Короче говоря, я хотел бы здесь лишь деликатно намекнуть, что, возможно, разум, который, как признано, знал многое из того, что мы думаем, что знаем об этике и экономике, знал немного больше, чем мы начинаем знать о психологии и психических явлениях. Я помню, как читал, не без удовольствия, суровую и резкую статью в Hibbert Journal, в которой одно лишь признание Христом демонологии считалось достаточным, чтобы отвергнуть его божественность. Одно предложение статьи, которое я храню в своей памяти сквозь все меняющиеся годы, гласило: «Если он был Богом, он знал, что не существует такой вещи, как дьявольская одержимость». Критику из Hibbert, по-видимому, не пришло в голову, что эта линия критики поднимает вопрос не о том, является ли Христос Богом, а о том, является ли критик в Hibbert Journal Богом. Об этой тайне, как и о другой, я в данный момент агностик; но я бы подумал, что размышления Всеведения о проблеме зла могут быть позволены, даже агностиком, как нечто, что немного трудно обнаружить. О Христе в Евангелиях и в современной жизни я лишь в данный момент скажу следующее: что если он был Богом, как выразился критик, кажется возможным, что он знал следующее открытие в науке, так же как и последнее, не говоря уже о (что более распространено в рационалистической культуре) предпоследнем. И никто не может представить, каким будет следующее открытие в психологической науке; и мы можем лишь сказать, что если оно откроет демонов и имя им Легион, мы вряд ли будем сильно удивлены сейчас. Но во всяком случае прошли дни Всеведения, подобного критику из Hibbert, который точно знает, что он знал бы, если бы был Богом Всемогущим. Что такое боль? Что такое зло? Что они имели в виду под дьяволами? Что мы имеем в виду под безумием? Подрастающее поколение, когда его спросит почтенный викторианский критик и катехизатор: «Что знает Бог?», вряд ли сочтет неразумно легкомысленным ответить: «Бог знает».

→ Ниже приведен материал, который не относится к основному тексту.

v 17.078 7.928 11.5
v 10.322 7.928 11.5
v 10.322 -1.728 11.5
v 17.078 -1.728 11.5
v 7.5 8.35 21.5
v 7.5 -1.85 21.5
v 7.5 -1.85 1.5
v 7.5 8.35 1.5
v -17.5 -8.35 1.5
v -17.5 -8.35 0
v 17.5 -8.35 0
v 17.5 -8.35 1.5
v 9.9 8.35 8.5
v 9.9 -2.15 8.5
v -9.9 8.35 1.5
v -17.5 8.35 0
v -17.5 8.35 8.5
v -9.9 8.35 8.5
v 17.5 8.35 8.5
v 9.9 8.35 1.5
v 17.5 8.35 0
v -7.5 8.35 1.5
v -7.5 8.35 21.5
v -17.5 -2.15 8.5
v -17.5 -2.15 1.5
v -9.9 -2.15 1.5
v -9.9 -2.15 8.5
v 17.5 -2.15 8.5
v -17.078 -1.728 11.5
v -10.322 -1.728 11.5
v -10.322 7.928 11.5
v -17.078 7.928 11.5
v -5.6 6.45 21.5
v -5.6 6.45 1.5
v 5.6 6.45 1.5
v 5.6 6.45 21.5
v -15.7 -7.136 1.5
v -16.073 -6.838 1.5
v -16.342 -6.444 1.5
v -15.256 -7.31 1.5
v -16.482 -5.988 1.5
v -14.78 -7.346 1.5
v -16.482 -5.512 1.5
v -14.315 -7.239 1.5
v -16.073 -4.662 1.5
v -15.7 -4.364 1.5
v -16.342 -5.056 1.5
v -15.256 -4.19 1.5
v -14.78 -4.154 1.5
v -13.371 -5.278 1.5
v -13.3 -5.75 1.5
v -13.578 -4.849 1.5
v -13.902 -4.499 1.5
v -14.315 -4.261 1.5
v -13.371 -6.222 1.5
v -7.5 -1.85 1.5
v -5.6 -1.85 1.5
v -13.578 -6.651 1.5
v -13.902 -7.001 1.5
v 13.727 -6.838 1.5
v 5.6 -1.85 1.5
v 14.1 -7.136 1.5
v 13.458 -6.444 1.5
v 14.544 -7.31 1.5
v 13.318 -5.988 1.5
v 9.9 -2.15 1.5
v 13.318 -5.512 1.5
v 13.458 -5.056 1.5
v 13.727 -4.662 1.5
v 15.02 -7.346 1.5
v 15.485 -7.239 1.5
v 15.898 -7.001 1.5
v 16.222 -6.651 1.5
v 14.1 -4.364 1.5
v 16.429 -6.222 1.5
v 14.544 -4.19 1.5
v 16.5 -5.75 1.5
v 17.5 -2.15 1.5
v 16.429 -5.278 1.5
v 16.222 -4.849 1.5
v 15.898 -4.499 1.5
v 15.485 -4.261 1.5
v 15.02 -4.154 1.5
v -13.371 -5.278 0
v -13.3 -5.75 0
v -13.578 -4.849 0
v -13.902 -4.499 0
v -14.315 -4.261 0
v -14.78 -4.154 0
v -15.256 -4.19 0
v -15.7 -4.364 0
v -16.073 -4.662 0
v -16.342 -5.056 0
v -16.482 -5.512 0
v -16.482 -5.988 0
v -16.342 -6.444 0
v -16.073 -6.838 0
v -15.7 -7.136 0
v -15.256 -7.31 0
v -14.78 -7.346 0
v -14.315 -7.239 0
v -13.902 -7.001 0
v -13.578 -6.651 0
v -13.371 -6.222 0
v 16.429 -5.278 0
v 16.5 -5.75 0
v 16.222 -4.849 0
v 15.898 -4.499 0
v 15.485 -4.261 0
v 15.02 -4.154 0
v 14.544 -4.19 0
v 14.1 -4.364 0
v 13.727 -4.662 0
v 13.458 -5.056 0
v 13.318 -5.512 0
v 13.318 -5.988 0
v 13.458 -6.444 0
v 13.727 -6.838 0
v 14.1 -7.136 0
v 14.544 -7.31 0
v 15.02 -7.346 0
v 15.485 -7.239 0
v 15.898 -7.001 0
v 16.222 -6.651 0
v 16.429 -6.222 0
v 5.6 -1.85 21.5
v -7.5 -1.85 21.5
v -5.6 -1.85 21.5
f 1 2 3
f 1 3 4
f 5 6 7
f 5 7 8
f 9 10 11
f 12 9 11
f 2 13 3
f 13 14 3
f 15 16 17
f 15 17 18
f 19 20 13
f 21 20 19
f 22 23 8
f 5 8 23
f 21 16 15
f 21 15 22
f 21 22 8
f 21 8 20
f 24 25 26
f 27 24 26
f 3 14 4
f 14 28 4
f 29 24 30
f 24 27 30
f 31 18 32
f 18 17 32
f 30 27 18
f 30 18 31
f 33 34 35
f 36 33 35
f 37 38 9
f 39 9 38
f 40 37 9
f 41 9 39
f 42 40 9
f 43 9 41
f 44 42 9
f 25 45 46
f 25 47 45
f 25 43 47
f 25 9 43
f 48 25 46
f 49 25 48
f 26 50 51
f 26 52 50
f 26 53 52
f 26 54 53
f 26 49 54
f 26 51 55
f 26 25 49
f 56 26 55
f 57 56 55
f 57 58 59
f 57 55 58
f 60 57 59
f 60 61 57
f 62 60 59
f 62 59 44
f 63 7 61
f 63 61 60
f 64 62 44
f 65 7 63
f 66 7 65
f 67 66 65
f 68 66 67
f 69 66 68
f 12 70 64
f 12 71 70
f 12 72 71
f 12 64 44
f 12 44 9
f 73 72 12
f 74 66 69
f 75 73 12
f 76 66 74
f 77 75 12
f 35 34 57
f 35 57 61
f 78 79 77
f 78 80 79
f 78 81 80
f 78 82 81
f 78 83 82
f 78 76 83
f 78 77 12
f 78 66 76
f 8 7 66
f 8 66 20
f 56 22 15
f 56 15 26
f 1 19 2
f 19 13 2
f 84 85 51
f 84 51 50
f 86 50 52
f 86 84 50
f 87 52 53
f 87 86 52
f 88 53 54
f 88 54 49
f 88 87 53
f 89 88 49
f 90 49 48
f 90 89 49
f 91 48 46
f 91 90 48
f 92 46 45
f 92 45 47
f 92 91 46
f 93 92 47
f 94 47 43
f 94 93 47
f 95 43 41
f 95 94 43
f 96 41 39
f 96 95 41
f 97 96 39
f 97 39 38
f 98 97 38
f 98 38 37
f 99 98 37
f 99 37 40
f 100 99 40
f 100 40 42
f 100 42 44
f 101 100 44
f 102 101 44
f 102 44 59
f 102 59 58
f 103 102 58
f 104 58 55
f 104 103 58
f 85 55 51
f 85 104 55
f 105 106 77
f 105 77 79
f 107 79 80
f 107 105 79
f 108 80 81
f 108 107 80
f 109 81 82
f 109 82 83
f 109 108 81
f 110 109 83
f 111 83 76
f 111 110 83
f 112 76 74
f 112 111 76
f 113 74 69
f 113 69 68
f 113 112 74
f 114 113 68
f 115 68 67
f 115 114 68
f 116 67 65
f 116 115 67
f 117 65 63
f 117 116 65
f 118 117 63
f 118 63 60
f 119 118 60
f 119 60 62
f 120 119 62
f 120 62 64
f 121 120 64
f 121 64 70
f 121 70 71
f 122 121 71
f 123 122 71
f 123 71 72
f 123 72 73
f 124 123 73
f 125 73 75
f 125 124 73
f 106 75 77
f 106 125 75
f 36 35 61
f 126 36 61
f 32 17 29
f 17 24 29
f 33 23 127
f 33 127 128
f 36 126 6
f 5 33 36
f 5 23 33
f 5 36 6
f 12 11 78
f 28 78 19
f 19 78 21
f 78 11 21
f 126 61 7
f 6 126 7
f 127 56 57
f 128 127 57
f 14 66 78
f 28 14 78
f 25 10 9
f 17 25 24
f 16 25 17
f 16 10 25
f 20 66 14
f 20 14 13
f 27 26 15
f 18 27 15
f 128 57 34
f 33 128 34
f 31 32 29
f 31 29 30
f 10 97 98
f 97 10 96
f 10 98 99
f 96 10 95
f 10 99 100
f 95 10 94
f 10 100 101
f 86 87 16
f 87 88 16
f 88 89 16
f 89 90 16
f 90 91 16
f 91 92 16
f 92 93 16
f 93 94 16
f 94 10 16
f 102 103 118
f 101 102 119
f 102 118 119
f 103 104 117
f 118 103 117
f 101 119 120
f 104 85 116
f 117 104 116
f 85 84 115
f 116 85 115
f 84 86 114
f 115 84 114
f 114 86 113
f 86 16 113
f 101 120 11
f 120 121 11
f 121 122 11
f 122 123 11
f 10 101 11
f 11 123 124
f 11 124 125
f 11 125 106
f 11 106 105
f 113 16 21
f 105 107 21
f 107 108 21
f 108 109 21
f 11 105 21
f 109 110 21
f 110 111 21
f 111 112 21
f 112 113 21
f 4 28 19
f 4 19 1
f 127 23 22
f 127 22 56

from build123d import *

# Parameters (mm, degrees)
SKETCH_W     = 35
SKETCH_H     = 16.7
SKETCH_R     = 1.6
PAD_DEPTH    = 1.5
SKETCH001_W  = 7.6
SKETCH001_H  = 10.5
PAD001_DEPTH = 7
SKETCH002_W  = 7.6
SKETCH002_H  = 10.5
PAD002_DEPTH = 3
PAD002_TAPER = 8
PAD003_DEPTH = 20


with BuildPart() as part:
    # Sketch → Pad (new body)
    with BuildSketch(Plane.XY):
        Rectangle(SKETCH_W, SKETCH_H)
        with Locations((-14.9, -5.75)):
            Circle(SKETCH_R, mode=Mode.SUBTRACT)
        with Locations((14.9, -5.75)):
            Circle(SKETCH_R, mode=Mode.SUBTRACT)
    extrude(amount=PAD_DEPTH)

    # Sketch001 (on Face8 of Pad) → Pad001 (join)
    with BuildSketch(Plane.XY.offset(1.5)):
        with Locations((-13.7, 3.1)):
            Rectangle(SKETCH001_W, SKETCH001_H)
        with Locations((13.7, 3.1)):
            Rectangle(SKETCH001_W, SKETCH001_H)
    extrude(amount=PAD001_DEPTH)

    # Sketch002 (on Face17 of Pad001) → Pad002 (join)
    with BuildSketch(Plane.XY.offset(8.5)):
        with Locations((-13.7, 3.1)):
            Rectangle(SKETCH002_W, SKETCH002_H)
        with Locations((13.7, 3.1)):
            Rectangle(SKETCH002_W, SKETCH002_H)
    extrude(amount=PAD002_DEPTH, taper=PAD002_TAPER)

    # Sketch003 (on Face5 of Pad002) → Pad003 (join)
    with BuildSketch(Plane.XY.offset(1.5)):
        Polygon((-7.5, 8.35), (-7.5, -1.85), (-5.6, -1.85), (-5.6, 6.45), (5.6, 6.45), (5.6, -1.85), (7.5, -1.85), (7.5, 8.35), align=None)
    extrude(amount=PAD003_DEPTH)


solid = part.part
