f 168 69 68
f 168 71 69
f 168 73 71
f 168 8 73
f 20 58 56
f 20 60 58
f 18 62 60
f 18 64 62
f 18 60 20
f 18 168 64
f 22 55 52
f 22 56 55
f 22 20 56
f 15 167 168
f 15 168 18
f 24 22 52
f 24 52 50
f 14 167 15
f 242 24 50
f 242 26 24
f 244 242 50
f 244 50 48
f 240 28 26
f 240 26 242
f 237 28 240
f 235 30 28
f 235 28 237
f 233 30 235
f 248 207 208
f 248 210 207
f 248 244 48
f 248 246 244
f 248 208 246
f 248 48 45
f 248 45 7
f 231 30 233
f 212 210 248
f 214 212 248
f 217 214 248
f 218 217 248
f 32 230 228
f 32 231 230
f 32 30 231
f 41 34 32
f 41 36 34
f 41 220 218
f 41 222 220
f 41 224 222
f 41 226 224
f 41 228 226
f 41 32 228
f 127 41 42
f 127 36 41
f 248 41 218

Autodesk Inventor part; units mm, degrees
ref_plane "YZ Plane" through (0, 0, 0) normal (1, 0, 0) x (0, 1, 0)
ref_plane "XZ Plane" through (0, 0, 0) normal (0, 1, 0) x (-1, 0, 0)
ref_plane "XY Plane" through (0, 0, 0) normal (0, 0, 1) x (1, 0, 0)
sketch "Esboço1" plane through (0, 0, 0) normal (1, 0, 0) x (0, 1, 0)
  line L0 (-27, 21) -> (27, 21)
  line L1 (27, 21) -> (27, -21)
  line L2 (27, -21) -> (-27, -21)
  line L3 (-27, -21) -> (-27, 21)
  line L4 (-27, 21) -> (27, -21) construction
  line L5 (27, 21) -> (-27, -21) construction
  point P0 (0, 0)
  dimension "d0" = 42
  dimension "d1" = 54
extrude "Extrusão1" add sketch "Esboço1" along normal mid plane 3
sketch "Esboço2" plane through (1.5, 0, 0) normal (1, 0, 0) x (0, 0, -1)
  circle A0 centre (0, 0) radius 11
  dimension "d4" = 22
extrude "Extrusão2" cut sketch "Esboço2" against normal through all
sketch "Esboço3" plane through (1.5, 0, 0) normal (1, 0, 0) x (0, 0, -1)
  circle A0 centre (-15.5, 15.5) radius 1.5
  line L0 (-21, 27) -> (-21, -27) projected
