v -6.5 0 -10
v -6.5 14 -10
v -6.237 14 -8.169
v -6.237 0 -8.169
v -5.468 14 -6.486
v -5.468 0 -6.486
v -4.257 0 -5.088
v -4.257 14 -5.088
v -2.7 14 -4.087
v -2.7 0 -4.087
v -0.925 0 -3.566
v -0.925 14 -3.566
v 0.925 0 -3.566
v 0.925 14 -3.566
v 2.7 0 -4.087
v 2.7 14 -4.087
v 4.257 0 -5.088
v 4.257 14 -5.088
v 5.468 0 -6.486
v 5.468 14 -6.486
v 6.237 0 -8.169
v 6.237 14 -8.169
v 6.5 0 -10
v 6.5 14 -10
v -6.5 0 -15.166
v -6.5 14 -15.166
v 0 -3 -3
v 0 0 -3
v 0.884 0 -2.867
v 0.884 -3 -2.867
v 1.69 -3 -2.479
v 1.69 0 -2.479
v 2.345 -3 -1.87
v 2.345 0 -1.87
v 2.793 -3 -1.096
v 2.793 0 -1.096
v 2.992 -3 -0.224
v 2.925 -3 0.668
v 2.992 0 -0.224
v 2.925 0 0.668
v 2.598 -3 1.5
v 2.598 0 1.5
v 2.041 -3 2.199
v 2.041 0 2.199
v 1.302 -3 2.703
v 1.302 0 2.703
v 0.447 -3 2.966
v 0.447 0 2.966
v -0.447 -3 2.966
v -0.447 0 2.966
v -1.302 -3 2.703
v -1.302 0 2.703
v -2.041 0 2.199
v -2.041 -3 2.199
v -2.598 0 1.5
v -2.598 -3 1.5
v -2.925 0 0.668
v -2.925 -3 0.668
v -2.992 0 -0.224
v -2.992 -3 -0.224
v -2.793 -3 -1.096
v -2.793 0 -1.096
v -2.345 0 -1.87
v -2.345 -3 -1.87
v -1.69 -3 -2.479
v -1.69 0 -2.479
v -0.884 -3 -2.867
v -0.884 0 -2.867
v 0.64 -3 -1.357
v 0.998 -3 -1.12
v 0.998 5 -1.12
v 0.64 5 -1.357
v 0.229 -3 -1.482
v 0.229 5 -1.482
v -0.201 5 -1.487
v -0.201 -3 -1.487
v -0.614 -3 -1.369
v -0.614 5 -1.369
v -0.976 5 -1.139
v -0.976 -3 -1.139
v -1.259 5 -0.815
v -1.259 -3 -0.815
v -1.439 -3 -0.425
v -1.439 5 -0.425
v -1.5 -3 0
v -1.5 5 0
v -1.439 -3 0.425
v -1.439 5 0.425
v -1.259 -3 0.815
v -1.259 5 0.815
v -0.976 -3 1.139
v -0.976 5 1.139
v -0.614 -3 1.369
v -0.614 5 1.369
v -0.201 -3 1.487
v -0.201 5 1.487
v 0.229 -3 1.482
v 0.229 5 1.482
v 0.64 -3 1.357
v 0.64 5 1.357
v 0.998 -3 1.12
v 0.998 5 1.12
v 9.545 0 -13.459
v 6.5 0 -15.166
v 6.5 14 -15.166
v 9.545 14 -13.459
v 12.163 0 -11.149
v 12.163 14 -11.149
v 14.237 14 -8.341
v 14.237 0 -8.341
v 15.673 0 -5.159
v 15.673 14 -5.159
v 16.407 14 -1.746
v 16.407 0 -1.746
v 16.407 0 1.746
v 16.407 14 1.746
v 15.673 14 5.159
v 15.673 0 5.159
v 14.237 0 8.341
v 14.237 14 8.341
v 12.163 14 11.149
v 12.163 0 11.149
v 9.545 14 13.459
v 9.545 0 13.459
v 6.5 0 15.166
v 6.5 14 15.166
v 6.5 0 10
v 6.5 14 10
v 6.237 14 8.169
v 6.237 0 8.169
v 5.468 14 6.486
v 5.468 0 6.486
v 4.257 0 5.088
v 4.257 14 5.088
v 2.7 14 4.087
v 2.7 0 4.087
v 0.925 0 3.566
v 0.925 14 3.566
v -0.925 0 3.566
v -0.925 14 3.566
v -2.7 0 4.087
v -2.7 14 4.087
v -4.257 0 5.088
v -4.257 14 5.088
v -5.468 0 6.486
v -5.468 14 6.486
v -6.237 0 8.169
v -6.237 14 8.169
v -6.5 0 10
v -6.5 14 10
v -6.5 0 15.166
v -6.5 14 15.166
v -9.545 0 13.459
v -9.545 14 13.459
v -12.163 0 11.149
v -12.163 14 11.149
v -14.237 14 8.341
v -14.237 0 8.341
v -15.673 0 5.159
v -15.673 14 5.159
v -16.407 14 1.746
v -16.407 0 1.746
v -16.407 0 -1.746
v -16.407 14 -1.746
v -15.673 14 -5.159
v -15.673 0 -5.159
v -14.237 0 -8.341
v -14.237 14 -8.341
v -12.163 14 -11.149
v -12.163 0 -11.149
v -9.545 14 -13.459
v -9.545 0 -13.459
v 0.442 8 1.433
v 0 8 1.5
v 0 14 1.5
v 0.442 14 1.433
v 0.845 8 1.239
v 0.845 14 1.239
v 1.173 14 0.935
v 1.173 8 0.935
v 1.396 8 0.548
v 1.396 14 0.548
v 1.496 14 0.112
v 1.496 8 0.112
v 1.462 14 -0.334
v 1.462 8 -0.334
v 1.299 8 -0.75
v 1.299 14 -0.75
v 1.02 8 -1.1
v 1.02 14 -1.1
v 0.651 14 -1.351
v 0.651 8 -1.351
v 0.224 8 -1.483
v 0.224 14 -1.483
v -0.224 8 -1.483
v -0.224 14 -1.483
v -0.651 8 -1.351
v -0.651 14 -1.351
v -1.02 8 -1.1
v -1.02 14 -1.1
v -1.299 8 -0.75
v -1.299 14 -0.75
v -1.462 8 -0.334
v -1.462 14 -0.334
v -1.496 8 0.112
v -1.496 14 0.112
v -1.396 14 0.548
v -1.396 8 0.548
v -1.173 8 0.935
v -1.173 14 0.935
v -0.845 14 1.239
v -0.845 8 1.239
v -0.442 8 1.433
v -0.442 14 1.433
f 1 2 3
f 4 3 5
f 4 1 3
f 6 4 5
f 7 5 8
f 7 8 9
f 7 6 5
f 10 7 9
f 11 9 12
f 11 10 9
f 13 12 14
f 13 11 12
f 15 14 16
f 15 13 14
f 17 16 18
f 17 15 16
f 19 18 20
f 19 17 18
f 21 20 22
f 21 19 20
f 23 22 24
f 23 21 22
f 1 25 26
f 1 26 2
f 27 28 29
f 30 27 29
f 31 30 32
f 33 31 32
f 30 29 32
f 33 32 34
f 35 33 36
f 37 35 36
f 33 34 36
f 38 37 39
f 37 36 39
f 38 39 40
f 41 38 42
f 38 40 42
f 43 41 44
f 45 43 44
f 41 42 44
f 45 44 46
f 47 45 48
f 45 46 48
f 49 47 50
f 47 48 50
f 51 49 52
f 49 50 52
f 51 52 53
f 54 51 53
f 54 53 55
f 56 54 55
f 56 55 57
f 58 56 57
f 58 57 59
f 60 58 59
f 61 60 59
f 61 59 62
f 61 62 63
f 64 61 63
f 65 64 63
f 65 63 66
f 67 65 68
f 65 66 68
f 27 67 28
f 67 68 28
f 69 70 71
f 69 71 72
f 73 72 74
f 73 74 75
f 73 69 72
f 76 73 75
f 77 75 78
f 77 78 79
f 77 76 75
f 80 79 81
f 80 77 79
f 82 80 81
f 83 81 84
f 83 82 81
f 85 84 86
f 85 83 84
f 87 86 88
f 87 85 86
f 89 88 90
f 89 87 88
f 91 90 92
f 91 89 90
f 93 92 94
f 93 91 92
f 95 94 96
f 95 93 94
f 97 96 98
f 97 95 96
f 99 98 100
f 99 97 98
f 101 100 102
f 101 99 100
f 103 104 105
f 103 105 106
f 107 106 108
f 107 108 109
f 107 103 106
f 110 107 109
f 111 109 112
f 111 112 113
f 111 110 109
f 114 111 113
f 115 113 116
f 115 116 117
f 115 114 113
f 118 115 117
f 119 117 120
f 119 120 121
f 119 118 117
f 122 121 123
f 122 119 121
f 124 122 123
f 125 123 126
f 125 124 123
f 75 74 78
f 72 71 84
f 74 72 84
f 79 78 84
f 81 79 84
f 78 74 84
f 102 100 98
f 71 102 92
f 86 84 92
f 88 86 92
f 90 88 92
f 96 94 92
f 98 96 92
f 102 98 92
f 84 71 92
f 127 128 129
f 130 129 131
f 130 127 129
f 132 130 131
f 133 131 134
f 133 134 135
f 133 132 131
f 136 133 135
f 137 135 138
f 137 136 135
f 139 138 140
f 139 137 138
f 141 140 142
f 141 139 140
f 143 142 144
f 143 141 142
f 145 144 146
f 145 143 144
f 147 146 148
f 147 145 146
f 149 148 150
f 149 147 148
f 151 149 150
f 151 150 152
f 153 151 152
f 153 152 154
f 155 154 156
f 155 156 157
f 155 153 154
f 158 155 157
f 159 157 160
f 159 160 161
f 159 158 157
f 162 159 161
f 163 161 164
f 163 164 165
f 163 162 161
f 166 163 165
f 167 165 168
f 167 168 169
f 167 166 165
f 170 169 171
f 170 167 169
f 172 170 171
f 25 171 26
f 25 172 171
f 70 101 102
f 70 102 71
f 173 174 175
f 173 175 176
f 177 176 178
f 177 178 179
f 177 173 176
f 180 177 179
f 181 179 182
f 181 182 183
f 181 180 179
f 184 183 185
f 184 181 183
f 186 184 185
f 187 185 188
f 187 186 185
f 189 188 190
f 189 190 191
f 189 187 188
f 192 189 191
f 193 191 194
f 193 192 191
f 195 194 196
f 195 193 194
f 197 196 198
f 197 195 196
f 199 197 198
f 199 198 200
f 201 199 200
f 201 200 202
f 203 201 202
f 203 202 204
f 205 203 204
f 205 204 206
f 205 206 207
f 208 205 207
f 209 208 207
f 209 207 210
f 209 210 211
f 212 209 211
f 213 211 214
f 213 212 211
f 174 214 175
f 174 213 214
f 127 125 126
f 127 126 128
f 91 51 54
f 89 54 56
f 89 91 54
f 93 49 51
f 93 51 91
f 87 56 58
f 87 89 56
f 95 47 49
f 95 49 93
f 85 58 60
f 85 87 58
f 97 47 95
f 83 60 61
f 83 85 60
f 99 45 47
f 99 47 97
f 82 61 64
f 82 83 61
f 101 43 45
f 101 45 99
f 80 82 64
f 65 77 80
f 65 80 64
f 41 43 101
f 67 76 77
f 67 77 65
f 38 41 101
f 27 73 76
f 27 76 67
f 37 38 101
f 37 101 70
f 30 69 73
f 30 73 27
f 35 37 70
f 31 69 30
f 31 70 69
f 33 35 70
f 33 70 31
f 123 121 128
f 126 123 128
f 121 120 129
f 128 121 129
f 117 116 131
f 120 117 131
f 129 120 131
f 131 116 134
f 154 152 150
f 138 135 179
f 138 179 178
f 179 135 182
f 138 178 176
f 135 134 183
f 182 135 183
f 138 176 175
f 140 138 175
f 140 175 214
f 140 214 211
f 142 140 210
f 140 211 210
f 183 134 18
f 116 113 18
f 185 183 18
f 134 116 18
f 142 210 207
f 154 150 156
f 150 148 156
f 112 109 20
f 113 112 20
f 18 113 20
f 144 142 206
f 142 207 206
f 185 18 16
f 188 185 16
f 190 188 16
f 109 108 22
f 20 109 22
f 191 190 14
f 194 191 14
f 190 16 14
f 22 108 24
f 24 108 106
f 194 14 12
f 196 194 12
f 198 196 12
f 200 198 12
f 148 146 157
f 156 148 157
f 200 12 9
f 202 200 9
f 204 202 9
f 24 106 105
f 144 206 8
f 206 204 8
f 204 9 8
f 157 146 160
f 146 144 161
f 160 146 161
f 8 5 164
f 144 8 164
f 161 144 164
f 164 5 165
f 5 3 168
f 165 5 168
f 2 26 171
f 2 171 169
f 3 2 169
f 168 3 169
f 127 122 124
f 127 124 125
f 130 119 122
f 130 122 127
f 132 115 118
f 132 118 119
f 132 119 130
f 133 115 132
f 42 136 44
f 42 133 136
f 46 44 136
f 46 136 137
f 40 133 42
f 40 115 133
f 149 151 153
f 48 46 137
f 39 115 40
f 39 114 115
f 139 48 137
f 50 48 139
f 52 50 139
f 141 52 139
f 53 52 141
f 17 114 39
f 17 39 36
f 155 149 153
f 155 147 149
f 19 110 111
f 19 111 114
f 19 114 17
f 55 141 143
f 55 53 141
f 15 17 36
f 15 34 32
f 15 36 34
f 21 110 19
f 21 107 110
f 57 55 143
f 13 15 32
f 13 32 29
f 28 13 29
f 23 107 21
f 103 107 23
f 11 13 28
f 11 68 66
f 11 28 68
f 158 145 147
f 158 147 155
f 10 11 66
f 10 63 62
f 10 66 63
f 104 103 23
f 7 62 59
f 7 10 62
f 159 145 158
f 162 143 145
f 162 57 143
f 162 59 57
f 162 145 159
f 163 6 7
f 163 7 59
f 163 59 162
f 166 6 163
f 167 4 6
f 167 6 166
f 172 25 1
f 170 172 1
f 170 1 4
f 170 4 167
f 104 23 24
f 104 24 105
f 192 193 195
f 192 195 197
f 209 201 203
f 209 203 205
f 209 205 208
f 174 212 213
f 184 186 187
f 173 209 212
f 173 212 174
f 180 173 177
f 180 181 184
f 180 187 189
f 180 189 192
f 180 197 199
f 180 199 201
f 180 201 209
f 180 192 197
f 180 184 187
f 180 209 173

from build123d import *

# Parameters (mm, degrees)
BOSS_EXTRUDE1_DEPTH = 14
SKETCH2_R           = 3
BOSS_EXTRUDE2_DEPTH = 3
CUT_EXTRUDE1_DEPTH  = 8
CUT_EXTRUDE2_START  = -6
SKETCH4_R           = 1.5
CUT_EXTRUDE2_DEPTH  = 6


with BuildPart() as part:
    # Sketch1 → Boss-Extrude1 (new body)
    with BuildSketch(Plane(origin=(0, 0, 0), x_dir=(1, 0, 0), z_dir=(0, 1, 0))):
        with BuildLine():
            Line((-6.5, 15.165750888), (-6.5, 10))
            ThreePointArc((-6.5, 10), (0, 3.5), (6.5, 10))
            Line((6.5, 10), (6.5, 15.165750888))
            ThreePointArc((6.5, 15.165750888), (16.5, 0), (6.5, -15.165750888))
            Line((6.5, -15.165750888), (6.5, -10))
            ThreePointArc((6.5, -10), (0, -3.5), (-6.5, -10))
            Line((-6.5, -10), (-6.5, -15.165750888))
            ThreePointArc((-6.5, -15.165750888), (-16.5, 0), (-6.5, 15.165750888))
        make_face()
    extrude(amount=BOSS_EXTRUDE1_DEPTH)

    # Sketch2 → Boss-Extrude2 (add)
    with BuildSketch(Plane.XZ):
        Circle(SKETCH2_R)
    extrude(amount=BOSS_EXTRUDE2_DEPTH)

    # Sketch3 → Cut-Extrude1 (cut)
    with BuildSketch(Plane.XZ.offset(3)):
        with BuildLine():
            Line((0.997797575, 1.12), (0.997797575, -1.12))
            ThreePointArc((0.997797575, -1.12), (-1.5, 0), (0.997797575, 1.12))
        make_face()
    extrude(amount=-CUT_EXTRUDE1_DEPTH, mode=Mode.SUBTRACT)

    # Sketch4 → Cut-Extrude2 (cut)
    with BuildSketch(Plane(origin=(0, 14, 0), x_dir=(1, 0, 0), z_dir=(0, 1, 0)).offset(CUT_EXTRUDE2_START)):
        Circle(SKETCH4_R)
    extrude(amount=CUT_EXTRUDE2_DEPTH, mode=Mode.SUBTRACT)


solid = part.part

В крутом пейзаже, через который я проезжал, размышляя об этих вещах, уже было что-то наводящее на мысли; чувство безмолвной катастрофы и фундаментального раскола в глубоком разделении скал и утесов. Они были тем более глубоко волнующими, что мое чувство их было почти таким же подсознательным, как подсознание, о котором я размышлял. Я снова впал в старую привычку забывать, куда еду, и видеть вещи с одним закрытым глазом, в слепой абстракции. Я очнулся от своего рода транса рассеянности в пейзаже, который вполне мог бы разбудить кого угодно. Он мог бы разбудить спящего человека; но он подумал бы, что все еще в кошмаре. Он мог бы разбудить мертвых, но они, вероятно, подумали бы, что они в аду. На полпути вниз по склону холмы приобрели некую бледность, в которой было что-то первобытное, как будто цвета еще не были созданы. В ровном небе был лишь своего рода холодный и бледный синий цвет, который контрастировал с дикой линией горизонта. Возможно, мы привыкли к обратному состоянию облаков, движущихся и изменчивых, и холмов, твердых и безмятежных; но, как бы то ни было, в тишине небес и холодном конвульсивном пейзаже было что-то от создания нового мира. Но если это было между хаосом и творением, то это было творение Богом или, по крайней мере, богами, нечто с целью в своем анархизме. Все было совсем иначе на последнем этапе спуска, где мой разум очнулся от своих размышлений. Можно лишь сказать, что весь пейзаж был подобен прокаженному. Он был истощающего белого, серебряного и серого цвета, с простыми точками декадентской растительности, похожими на зеленые пятна чумы. По форме он не только поднимался в рога и гребни, как волны или облака, но я верю, что он действительно меняется, как волны или облака, заметно, но с отвратительной медленностью. Болото живо. И я снова нашел некое преимущество в забывчивости; ибо я увидел всю эту невероятную страну, прежде чем даже вспомнил ее название или древнюю традицию о ее природе. Затем даже зеленые пятна чумы исчезли, и все, казалось, провалилось в универсальную пустоту под пристальным солнцем, когда я пришел, в великих пространствах круга безжизненного моря, в тишину Содома и Гоморры.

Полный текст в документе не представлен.